Numerous political officials condemned the bombing Monday and appealed for calm. Karachi’s mayor Mustafa Kamal asserted, “I want to appeal to the people, to my brothers, my elders to stay calm. I am hearing people are clashing with police and doctors. Please do not do that. That is what terrorists are aiming at. They want to see this city again on fire.” MQM leader Altaf Hussain, speaking to GEO News, echoed this appeal but added that he had been “repeatedly warning the citizens of Karachi and Pakistan” about the threat of Talibanization. “The authorities,” he noted, “did not pay heed to my warnings.”
Interior Minister Rehman Malik showed off his business euphemisms Monday when he appealed to Shias to cancel their next two days of processions, adding, “This pattern shows that this was a joint venture between Tehreek-i-Taliban and Lashkar-e-Jhangvi (LeJ).” This recognition of a connection between the “Pakistani Taliban” and the militant groups in Punjab is significant, particularly since groups like the LeJ and Sipah-e-Sahba are sectarian (anti-Shia) in essence.

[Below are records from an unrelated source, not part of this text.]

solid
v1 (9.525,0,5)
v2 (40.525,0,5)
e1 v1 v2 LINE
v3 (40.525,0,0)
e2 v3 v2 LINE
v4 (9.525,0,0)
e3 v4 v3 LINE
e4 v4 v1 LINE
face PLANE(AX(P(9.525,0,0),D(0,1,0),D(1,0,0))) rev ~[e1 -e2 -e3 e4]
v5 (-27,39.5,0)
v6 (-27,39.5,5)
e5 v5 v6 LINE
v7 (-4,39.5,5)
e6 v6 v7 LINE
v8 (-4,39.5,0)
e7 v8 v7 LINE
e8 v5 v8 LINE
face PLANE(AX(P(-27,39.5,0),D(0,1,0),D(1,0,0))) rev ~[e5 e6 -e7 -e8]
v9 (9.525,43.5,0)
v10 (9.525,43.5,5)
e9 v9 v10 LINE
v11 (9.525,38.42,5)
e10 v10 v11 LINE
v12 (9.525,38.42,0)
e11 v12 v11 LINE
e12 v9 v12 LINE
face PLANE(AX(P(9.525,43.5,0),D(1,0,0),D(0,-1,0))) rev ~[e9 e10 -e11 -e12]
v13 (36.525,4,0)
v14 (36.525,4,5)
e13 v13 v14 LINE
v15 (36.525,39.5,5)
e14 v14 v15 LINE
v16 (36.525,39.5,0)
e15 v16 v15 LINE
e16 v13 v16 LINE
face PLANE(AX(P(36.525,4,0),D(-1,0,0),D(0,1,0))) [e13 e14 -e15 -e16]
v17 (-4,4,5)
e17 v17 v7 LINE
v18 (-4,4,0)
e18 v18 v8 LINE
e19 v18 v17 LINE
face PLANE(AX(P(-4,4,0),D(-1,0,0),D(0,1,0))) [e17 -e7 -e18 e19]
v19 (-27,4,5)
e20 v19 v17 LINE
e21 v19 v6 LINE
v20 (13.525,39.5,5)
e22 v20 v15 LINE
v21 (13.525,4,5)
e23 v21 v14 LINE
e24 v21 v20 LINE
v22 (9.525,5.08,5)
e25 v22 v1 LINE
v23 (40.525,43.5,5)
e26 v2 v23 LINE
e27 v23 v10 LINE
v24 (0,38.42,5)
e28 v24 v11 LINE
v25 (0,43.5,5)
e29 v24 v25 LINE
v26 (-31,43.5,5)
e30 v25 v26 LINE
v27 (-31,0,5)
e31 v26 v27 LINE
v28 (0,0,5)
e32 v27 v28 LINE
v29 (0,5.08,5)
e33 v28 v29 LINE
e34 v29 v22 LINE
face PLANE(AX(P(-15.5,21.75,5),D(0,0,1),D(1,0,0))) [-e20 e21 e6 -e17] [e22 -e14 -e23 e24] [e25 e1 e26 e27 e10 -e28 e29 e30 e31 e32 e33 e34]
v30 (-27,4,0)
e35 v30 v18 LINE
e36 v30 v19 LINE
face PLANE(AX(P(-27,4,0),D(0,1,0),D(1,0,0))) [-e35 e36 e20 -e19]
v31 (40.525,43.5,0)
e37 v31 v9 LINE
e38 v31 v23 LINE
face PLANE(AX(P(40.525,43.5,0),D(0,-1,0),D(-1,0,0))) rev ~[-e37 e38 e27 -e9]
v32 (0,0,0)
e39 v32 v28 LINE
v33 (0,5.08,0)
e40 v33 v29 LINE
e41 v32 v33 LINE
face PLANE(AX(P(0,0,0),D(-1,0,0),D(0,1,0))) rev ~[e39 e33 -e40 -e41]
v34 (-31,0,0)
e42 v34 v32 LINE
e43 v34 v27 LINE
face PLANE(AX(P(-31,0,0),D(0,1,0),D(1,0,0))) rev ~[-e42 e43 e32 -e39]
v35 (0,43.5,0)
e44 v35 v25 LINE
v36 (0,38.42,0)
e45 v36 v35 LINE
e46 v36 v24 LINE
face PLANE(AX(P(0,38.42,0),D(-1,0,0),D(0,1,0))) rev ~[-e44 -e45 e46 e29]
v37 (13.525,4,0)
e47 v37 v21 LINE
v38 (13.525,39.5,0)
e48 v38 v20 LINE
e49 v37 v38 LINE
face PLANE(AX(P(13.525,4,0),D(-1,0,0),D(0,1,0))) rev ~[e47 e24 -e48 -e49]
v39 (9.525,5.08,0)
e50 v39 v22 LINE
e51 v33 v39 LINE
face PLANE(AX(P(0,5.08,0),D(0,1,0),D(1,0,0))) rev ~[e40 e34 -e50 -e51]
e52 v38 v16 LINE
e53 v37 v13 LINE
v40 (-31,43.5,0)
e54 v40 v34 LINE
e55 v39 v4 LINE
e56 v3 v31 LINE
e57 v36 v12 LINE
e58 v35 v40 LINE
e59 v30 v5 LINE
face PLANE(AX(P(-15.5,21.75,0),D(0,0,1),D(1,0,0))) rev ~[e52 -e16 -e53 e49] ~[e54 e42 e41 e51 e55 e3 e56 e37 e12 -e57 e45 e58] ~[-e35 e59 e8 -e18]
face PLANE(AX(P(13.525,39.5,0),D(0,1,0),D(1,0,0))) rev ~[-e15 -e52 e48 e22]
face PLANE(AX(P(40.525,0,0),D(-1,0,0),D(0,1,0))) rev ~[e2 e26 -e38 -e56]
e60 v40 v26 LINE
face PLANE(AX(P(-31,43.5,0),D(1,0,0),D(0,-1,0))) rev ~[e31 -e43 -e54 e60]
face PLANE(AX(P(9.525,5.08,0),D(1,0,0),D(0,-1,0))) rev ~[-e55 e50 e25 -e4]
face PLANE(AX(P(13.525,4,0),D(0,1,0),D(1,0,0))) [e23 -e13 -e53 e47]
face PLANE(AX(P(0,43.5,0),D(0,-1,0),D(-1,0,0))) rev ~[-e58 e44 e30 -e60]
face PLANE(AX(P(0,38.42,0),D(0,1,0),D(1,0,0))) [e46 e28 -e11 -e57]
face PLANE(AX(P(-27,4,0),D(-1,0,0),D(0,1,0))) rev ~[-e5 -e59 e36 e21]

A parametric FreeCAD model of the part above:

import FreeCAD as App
import Part
import Sketcher

V = App.Vector


def add_polygon(sketch, points):
    """Adds a closed chain of lines whose ends are joined by coincident constraints."""
    first, n = sketch.GeometryCount, len(points)
    for a, b in zip(points, points[1:] + points[:1]):
        sketch.addGeometry(Part.LineSegment(App.Vector(*a, 0), App.Vector(*b, 0)), False)
    for i in range(n):
        sketch.addConstraint(Sketcher.Constraint("Coincident", first + i, 2, first + (i + 1) % n, 1))

doc = App.newDocument("Part")
body = doc.addObject("PartDesign::Body", "Body")

# Sketch on XY plane
sketch1 = body.newObject("Sketcher::SketchObject", "Sketch")
sketch1.AttachmentSupport = (doc.getObject("XY_Plane"), [""])
sketch1.MapMode = "FlatFace"
add_polygon(sketch1, [(-31, 0), (0, 0), (0, 5), (10, 5), (10, 0), (41, 0), (41, 44), (10, 44), (10, 38), (0, 38), (0, 44), (-31, 44)])  # lines 0-11
add_polygon(sketch1, [(-4, 4), (-27, 4), (-27, 40), (-4, 40)])  # lines 12-15
add_polygon(sketch1, [(37, 4), (14, 4), (14, 40), (37, 40)])  # lines 16-19
sketch1.addConstraint(Sketcher.Constraint("Horizontal", 0))
sketch1.addConstraint(Sketcher.Constraint("Vertical", 1))
sketch1.addConstraint(Sketcher.Constraint("Horizontal", 2))
sketch1.addConstraint(Sketcher.Constraint("Vertical", 3))
sketch1.addConstraint(Sketcher.Constraint("Horizontal", 4))
sketch1.addConstraint(Sketcher.Constraint("Vertical", 5))
sketch1.addConstraint(Sketcher.Constraint("Horizontal", 6))
sketch1.addConstraint(Sketcher.Constraint("Vertical", 7))
sketch1.addConstraint(Sketcher.Constraint("Horizontal", 8))
sketch1.addConstraint(Sketcher.Constraint("Vertical", 9))
sketch1.addConstraint(Sketcher.Constraint("Horizontal", 10))
sketch1.addConstraint(Sketcher.Constraint("Vertical", 11))
sketch1.addConstraint(Sketcher.Constraint("Horizontal", 12))
sketch1.addConstraint(Sketcher.Constraint("Vertical", 13))
sketch1.addConstraint(Sketcher.Constraint("Horizontal", 14))
sketch1.addConstraint(Sketcher.Constraint("Vertical", 15))
sketch1.addConstraint(Sketcher.Constraint("Horizontal", 16))
sketch1.addConstraint(Sketcher.Constraint("Vertical", 17))
sketch1.addConstraint(Sketcher.Constraint("Horizontal", 18))
sketch1.addConstraint(Sketcher.Constraint("Vertical", 19))
sketch1.addConstraint(Sketcher.Constraint("Coincident", 0, 2, -1, 1))
sketch1.addConstraint(Sketcher.Constraint("PointOnObject", 3, 2, -1))
sketch1.addConstraint(Sketcher.Constraint("PointOnObject", 8, 2, -2))
sketch1.addConstraint(Sketcher.Constraint("Horizontal", 6, 2, 9, 2))
sketch1.addConstraint(Sketcher.Constraint("Horizontal", 15, 2, 16, 2))
sketch1.addConstraint(Sketcher.Constraint("Horizontal", 14, 2, 17, 2))
sketch1.addConstraint(Sketcher.Constraint("Vertical", 3, 2, 6, 2))
sketch1.addConstraint(Sketcher.Constraint("Equal", 0, 4))
sketch1.addConstraint(Sketcher.Constraint("Equal", 14, 16))
sketch1.addConstraint(Sketcher.Constraint("Equal", 3, 7))
sketch1.addConstraint(Sketcher.Constraint("DistanceX", 0, 1, 0, 2, 31.0))
sketch1.addConstraint(Sketcher.Constraint("DistanceX", 12, 2, 12, 1, 23.0))
sketch1.addConstraint(Sketcher.Constraint("DistanceY", 5, 1, 5, 2, 43.5))
sketch1.addConstraint(Sketcher.Constraint("DistanceY", 13, 1, 13, 2, 35.5))
sketch1.addConstraint(Sketcher.Constraint("DistanceX", 12, 2, -1, 1, 27.0))
sketch1.addConstraint(Sketcher.Constraint("DistanceY", -1, 1, 12, 2, 4.0))
sketch1.addConstraint(Sketcher.Constraint("DistanceX", 2, 2, 16, 2, 4.0))
sketch1.addConstraint(Sketcher.Constraint("DistanceY", 1, 1, 1, 2, 5.08))
sketch1.addConstraint(Sketcher.Constraint("DistanceX", 2, 1, 2, 2, 9.525))
pad1 = body.newObject("PartDesign::Pad", "Pad")
pad1.Profile = sketch1
pad1.Length = 5

doc.recompute()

In the April issue of the CTC Sentinel, Hassan Abbas wrote that the LeJ is believed to be “the lynch pin of the alignment between Al Qaeda, the Pakistani Taliban and sectarian groups.” In the Long War Journal‘s coverage of Monday’s Karachi bombing, Bill Roggio noted the LeJ has a strong presence in South Waziristan, “where it formed alliances with the Taliban, Jaish-e-Mohammed, and Al Qaeda, and created a group called the Fedayeen-e-Islam,” which claimed responsibility for several attacks, including September 2008 attack on Islamabad’s Marriott Hotel and the March 2009 storming of the Lahore police station. In the wake of the military’s operation in South Waziristan, the LeJ and militants part of the TTP network reportedly shifted fighters to Karachi. Roggio noted, “Last week, Karachi police told the Daily Times that they had intelligence that indicated Lashkar-e-Jhangvi would strike at the Shia in Karachi.”